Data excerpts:
----

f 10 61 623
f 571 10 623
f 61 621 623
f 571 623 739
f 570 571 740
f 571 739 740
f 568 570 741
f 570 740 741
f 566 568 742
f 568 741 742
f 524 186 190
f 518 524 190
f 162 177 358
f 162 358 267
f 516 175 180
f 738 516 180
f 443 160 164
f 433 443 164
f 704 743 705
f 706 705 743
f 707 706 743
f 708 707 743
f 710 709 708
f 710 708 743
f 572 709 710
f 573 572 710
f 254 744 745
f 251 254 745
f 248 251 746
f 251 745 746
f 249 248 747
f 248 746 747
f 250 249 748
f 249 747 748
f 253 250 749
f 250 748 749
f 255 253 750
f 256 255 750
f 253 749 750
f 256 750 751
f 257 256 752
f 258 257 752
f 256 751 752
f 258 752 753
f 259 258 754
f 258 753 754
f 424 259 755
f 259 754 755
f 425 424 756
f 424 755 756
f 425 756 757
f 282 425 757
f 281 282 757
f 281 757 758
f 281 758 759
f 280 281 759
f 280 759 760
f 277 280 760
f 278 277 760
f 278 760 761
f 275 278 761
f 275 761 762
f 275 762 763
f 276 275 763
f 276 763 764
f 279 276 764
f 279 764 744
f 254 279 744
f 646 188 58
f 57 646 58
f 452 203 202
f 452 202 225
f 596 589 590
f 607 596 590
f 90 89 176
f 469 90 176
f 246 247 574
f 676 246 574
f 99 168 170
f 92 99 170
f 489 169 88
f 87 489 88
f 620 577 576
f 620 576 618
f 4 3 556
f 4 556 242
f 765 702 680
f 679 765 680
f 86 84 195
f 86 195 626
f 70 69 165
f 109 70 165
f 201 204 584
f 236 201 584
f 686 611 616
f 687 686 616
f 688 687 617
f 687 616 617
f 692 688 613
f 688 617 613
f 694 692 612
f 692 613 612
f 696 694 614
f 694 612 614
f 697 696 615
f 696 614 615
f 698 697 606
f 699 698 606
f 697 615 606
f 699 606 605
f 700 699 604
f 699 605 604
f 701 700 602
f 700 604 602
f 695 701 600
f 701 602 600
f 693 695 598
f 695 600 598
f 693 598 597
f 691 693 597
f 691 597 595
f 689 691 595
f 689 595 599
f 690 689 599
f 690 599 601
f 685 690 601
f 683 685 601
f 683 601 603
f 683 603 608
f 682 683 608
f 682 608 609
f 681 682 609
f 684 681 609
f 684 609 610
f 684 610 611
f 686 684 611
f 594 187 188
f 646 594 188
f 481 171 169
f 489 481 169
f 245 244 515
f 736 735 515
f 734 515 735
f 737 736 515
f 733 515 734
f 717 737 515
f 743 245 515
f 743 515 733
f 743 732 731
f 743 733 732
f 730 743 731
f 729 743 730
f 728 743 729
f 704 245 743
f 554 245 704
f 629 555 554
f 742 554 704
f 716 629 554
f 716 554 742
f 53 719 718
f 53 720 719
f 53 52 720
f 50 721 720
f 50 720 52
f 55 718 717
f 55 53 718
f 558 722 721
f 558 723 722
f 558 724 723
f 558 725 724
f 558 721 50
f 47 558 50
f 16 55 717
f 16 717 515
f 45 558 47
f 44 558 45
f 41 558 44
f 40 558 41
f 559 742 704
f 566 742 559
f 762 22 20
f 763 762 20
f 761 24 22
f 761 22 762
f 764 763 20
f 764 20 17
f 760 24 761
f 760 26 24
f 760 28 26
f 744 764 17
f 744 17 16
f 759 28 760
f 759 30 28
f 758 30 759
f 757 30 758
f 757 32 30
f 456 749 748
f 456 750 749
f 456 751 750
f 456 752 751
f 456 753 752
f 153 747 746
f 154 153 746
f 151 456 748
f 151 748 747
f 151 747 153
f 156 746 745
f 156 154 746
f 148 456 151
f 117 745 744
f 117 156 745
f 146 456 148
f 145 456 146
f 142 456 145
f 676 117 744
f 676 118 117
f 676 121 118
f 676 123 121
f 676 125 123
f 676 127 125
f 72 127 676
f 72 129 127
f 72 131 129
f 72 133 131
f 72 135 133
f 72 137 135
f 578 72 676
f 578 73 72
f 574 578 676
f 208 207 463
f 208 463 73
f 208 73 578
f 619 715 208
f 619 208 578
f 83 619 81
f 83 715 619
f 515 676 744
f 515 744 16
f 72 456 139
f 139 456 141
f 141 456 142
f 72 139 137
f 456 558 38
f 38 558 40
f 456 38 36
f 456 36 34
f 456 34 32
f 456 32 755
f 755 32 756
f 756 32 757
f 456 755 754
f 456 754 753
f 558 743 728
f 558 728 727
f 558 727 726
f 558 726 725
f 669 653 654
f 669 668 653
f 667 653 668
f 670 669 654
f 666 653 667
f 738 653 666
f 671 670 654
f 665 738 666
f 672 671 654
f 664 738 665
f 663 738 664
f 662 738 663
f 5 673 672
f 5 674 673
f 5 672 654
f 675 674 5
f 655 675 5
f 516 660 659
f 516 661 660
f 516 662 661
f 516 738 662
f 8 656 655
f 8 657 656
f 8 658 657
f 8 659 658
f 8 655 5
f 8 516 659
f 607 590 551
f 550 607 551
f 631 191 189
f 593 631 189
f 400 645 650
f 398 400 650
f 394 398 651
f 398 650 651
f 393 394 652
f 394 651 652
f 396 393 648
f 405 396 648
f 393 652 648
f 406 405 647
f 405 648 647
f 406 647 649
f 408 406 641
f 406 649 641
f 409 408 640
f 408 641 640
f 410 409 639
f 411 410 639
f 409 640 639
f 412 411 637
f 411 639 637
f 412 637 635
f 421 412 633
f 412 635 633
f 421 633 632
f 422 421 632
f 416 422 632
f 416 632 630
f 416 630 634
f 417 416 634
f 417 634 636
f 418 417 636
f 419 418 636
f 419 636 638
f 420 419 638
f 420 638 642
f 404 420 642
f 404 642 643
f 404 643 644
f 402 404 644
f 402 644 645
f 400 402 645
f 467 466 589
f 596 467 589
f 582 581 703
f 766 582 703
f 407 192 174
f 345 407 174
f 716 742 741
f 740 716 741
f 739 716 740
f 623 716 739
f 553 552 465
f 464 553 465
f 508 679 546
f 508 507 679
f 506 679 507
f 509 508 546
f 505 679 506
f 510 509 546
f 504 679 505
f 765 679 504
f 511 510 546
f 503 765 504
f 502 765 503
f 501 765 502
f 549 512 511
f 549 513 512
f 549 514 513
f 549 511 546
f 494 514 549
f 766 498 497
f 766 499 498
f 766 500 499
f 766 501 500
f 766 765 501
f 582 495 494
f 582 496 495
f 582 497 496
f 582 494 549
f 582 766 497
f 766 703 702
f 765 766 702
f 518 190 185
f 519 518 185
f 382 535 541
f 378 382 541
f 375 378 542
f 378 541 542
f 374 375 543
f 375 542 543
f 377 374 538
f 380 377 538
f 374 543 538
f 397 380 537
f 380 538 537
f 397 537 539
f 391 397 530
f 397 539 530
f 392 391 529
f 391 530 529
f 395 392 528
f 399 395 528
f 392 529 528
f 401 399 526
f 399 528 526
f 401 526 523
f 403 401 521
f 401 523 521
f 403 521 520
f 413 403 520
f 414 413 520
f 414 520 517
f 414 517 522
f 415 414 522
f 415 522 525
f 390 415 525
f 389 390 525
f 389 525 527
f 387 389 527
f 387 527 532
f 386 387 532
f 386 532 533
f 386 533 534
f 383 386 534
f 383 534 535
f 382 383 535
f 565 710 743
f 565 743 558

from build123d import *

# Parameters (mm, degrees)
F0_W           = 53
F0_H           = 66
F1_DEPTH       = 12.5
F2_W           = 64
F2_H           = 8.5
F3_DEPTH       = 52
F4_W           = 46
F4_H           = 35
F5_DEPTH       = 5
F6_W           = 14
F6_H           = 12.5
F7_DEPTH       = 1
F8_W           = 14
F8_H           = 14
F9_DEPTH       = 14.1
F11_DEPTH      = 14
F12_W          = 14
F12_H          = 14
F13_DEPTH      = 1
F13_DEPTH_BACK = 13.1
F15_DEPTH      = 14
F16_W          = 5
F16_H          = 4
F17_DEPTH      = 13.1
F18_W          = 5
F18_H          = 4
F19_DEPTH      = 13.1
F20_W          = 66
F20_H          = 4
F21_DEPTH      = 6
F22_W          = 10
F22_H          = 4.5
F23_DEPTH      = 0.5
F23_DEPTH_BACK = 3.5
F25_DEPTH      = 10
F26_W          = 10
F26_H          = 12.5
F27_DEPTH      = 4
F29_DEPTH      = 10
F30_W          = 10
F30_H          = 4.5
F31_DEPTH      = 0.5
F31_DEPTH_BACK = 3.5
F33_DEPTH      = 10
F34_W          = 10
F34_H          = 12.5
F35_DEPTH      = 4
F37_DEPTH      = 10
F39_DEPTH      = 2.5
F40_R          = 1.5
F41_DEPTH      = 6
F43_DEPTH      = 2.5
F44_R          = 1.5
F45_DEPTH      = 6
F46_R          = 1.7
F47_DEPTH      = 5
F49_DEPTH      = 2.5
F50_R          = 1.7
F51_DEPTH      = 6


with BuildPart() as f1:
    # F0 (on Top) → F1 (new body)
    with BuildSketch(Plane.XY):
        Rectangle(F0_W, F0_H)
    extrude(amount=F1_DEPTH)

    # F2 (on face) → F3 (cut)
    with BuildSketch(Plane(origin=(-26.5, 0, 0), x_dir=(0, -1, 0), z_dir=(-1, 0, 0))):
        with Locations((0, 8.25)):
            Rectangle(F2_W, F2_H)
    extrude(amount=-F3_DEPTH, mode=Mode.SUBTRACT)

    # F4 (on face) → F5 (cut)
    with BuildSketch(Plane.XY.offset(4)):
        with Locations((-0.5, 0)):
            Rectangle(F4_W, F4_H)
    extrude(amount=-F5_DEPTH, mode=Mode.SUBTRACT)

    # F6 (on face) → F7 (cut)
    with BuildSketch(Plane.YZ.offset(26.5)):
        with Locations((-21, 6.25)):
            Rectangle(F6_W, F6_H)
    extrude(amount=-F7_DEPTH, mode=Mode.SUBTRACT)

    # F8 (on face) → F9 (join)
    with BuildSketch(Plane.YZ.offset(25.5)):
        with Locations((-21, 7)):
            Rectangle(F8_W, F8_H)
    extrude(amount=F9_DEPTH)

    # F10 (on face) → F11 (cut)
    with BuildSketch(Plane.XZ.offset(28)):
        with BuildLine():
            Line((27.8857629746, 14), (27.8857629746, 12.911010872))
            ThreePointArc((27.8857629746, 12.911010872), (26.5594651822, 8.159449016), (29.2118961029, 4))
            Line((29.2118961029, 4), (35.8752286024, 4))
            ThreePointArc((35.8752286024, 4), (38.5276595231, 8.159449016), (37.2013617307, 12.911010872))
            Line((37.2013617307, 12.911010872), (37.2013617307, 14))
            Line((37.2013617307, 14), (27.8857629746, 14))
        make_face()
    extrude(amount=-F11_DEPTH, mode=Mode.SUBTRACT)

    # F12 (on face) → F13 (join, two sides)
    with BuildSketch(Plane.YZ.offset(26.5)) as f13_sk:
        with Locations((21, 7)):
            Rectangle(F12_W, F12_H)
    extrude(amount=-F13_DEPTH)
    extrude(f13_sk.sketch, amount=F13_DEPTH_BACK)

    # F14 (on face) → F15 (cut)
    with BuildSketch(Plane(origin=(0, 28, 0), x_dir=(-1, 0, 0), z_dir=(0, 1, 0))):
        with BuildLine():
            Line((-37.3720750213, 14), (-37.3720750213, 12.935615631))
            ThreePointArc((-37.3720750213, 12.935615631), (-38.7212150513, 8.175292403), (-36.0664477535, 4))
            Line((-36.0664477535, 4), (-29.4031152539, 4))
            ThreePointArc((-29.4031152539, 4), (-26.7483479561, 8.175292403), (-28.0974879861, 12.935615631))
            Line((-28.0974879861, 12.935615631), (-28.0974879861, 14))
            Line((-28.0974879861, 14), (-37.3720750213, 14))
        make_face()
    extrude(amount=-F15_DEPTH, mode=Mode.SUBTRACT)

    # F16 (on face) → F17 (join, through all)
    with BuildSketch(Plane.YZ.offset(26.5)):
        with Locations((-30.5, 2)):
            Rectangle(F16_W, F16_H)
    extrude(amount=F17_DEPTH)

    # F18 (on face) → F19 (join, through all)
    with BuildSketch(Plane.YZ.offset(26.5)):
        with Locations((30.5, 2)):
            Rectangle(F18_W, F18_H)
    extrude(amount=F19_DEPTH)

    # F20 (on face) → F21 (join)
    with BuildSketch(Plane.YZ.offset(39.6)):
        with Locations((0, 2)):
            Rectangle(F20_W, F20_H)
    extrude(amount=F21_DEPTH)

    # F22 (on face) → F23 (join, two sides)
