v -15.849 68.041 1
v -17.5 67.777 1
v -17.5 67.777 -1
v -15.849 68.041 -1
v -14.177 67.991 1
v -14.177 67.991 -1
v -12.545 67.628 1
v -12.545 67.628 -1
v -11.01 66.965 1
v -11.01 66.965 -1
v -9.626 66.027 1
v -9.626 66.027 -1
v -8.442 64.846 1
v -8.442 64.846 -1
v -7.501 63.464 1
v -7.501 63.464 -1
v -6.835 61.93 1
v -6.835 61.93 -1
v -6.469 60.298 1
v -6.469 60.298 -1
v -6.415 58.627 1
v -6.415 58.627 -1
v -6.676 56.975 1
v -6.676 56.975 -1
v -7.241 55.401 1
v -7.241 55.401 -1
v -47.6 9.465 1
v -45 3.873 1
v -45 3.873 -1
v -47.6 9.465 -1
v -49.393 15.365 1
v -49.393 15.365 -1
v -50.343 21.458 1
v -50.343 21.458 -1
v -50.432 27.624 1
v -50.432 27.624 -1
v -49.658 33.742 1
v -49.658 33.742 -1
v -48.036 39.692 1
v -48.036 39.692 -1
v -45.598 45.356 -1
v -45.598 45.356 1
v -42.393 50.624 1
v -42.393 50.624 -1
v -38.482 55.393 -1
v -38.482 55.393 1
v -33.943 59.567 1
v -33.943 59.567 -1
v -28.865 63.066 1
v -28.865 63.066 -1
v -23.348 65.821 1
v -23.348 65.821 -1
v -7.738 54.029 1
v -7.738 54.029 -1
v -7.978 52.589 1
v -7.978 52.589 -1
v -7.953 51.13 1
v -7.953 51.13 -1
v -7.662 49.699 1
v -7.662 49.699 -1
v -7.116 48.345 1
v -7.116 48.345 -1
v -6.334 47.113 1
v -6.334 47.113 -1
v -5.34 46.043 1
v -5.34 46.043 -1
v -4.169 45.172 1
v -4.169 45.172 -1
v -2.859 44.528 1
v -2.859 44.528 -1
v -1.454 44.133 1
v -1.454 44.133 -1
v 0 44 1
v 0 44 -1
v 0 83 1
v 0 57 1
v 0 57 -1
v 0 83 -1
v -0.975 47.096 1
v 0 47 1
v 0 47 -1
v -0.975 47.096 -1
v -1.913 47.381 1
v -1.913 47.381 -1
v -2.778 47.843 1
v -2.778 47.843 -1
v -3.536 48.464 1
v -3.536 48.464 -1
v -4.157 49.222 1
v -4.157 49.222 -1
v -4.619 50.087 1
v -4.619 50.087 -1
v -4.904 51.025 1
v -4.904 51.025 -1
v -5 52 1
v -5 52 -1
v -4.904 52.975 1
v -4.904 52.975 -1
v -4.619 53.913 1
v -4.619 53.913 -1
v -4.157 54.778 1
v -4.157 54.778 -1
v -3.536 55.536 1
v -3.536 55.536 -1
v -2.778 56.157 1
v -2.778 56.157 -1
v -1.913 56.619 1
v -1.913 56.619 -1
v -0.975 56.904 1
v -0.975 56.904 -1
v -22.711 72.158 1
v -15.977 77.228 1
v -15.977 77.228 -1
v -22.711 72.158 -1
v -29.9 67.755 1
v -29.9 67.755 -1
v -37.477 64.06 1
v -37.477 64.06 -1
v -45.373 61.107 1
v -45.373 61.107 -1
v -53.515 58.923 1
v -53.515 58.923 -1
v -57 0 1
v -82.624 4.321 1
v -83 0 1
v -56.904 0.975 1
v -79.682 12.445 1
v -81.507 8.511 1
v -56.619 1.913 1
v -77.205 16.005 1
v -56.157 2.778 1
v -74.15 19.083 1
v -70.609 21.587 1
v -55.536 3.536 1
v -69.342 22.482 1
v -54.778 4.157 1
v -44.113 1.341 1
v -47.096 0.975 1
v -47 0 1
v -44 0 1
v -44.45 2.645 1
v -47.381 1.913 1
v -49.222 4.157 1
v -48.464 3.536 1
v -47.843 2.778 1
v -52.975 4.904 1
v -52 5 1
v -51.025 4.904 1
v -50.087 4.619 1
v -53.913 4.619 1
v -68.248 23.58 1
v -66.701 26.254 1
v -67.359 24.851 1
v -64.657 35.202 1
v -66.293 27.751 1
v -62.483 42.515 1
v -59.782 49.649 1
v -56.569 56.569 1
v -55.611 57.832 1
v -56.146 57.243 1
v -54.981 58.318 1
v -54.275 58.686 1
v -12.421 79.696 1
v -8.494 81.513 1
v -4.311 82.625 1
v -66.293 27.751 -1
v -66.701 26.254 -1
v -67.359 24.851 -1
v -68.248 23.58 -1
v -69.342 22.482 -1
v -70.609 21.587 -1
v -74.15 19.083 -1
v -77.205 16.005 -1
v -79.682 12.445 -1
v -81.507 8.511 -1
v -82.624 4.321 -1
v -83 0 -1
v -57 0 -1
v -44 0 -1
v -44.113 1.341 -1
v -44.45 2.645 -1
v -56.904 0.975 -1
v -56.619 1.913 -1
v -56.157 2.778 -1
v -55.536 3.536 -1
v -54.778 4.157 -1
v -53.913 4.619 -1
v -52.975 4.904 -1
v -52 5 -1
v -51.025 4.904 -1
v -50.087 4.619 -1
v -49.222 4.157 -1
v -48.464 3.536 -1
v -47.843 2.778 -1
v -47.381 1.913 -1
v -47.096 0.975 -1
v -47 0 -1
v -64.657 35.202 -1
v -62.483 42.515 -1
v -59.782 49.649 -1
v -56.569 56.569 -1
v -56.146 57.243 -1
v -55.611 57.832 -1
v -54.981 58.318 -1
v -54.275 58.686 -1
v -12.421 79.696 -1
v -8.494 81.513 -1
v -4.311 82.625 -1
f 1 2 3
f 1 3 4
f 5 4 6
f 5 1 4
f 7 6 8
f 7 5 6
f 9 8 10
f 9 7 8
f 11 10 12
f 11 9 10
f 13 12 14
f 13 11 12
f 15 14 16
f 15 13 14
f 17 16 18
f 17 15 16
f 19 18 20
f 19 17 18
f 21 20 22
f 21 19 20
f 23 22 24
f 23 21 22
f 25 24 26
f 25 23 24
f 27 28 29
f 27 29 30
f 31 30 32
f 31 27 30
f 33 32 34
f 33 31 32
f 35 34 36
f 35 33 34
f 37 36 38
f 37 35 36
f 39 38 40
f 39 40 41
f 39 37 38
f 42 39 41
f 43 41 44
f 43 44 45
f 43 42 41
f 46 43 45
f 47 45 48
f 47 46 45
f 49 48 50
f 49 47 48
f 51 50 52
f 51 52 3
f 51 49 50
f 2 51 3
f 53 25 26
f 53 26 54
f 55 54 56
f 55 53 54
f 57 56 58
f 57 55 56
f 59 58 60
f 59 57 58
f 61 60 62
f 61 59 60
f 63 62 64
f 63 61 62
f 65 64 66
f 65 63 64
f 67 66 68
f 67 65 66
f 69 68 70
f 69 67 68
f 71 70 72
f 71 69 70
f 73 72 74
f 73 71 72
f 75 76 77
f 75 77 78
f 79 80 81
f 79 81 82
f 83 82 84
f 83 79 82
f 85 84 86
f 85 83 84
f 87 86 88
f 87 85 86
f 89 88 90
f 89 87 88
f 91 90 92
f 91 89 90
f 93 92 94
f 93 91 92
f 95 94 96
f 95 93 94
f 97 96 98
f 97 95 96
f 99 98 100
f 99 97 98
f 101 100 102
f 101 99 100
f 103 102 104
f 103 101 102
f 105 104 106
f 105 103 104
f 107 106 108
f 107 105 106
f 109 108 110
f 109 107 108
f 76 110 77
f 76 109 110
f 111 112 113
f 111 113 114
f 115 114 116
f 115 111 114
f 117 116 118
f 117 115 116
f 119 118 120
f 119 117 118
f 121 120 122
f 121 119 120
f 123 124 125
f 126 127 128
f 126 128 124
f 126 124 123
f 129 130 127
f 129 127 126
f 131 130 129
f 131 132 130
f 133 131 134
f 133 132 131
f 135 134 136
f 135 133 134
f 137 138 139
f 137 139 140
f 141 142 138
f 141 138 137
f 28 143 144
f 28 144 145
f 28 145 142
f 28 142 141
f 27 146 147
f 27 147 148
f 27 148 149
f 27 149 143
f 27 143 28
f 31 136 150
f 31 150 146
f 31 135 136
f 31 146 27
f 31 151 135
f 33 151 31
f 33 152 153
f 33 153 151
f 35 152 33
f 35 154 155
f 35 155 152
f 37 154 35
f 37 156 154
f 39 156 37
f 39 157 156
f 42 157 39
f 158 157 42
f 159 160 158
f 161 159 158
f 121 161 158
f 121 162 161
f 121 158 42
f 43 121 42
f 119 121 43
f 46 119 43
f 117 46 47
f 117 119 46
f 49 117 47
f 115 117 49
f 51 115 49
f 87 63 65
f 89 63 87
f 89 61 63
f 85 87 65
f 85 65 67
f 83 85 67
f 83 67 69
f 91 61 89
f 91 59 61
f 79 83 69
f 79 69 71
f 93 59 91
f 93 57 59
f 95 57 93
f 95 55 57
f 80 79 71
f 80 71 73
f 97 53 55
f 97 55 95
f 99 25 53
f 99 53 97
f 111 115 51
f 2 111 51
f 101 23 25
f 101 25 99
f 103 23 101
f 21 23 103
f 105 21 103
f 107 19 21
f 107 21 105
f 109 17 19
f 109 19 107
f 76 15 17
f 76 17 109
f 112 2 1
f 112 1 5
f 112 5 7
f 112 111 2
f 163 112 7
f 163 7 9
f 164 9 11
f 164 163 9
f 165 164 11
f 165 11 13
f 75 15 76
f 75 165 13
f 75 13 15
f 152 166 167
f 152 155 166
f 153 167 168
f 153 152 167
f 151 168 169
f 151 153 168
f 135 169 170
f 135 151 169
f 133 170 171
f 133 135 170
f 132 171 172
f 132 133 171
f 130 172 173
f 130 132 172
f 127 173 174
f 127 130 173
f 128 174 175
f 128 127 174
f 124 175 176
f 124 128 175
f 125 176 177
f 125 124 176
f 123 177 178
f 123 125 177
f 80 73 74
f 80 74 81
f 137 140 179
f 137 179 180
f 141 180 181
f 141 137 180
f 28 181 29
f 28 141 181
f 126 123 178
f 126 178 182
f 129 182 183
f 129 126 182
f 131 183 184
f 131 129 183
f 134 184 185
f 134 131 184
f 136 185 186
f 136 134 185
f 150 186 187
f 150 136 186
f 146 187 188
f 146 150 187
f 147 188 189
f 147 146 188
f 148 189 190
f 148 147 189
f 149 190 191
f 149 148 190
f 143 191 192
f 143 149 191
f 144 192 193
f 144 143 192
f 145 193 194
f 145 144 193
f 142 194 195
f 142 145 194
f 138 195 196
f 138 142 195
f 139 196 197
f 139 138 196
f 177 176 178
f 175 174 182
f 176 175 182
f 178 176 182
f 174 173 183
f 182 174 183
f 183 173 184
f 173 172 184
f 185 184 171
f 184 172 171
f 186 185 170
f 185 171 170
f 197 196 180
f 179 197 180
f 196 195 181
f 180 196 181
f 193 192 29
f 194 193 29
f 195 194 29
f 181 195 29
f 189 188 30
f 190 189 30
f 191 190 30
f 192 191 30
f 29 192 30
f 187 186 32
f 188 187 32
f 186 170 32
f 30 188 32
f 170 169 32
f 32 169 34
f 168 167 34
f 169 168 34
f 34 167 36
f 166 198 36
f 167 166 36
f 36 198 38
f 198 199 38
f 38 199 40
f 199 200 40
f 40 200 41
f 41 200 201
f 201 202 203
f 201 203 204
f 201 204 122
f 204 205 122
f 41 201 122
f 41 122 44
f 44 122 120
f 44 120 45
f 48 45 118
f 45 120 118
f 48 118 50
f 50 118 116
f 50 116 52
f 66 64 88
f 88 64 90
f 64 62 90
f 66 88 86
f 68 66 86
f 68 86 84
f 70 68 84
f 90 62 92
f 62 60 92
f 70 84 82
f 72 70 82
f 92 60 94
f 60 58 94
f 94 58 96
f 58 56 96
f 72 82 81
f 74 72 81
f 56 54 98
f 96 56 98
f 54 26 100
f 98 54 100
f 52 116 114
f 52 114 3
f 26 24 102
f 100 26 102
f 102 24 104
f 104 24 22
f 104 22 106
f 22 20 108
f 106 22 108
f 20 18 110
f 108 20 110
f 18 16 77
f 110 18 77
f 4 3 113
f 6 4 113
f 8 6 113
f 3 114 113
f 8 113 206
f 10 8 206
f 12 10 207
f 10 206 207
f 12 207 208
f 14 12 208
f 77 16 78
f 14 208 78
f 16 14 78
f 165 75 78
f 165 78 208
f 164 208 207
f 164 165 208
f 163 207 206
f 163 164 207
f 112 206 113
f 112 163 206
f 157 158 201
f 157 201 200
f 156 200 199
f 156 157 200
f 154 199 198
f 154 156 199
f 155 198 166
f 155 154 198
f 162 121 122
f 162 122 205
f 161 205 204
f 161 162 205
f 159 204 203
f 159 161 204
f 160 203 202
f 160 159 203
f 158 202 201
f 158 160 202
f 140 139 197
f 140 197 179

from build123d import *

# Parameters (mm, degrees)
LINEAR_AUSTRAGEN1_DEPTH = 1


with BuildPart() as part:
    # Außenkontur → Linear austragen1 (new body, symmetric)
    with BuildSketch(Plane.XY):
        with BuildLine():
            Line((-83, 0), (-57, 0))
            ThreePointArc((-57, 0), (-52, 5), (-47, 0))
            Line((-47, 0), (-44, 0))
            ThreePointArc((-44, 0), (-44.254033308, 2), (-45, 3.872983346))
            ThreePointArc((-45, 3.872983346), (-46.916580756, 42.566918881), (-17.5, 67.777208559))
            ThreePointArc((-17.5, 67.777208559), (-8.441984355, 64.845892989), (-7.240867658, 55.401446097))
            ThreePointArc((-7.240867658, 55.401446097), (-6.75320549, 47.711152181), (0, 44))
            Line((0, 44), (0, 47))
            ThreePointArc((0, 47), (-5, 52), (0, 57))
            Line((0, 57), (0, 83))
            ThreePointArc((0, 83), (-8.493750568, 81.512894362), (-15.977012787, 77.228496103))
            ThreePointArc((-15.977012787, 77.228496103), (-33.644463337, 65.816474944), (-53.515303741, 58.922801215))
            ThreePointArc((-53.515303741, 58.922801215), (-55.306825995, 58.089224466), (-56.568542495, 56.568542495))
            ThreePointArc((-56.568542495, 56.568542495), (-62.483030705, 42.514608), (-66.293095094, 27.75054166))
            ThreePointArc((-66.293095094, 27.75054166), (-67.776085308, 24.196284331), (-70.608999234, 21.587337453))
            ThreePointArc((-70.608999234, 21.587337453), (-79.682077632, 12.445381054), (-83, 0))
        make_face()
    extrude(amount=LINEAR_AUSTRAGEN1_DEPTH, both=True)


solid = part.part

----

**Exercise instructions**
Every line above holding the string "mode" should be listed.

**Expected answer**
    extrude(amount=-F3_DEPTH, mode=Mode.SUBTRACT)
    extrude(amount=-F5_DEPTH, mode=Mode.SUBTRACT)
    extrude(amount=-F7_DEPTH, mode=Mode.SUBTRACT)
    extrude(amount=-F11_DEPTH, mode=Mode.SUBTRACT)
    extrude(amount=-F15_DEPTH, mode=Mode.SUBTRACT)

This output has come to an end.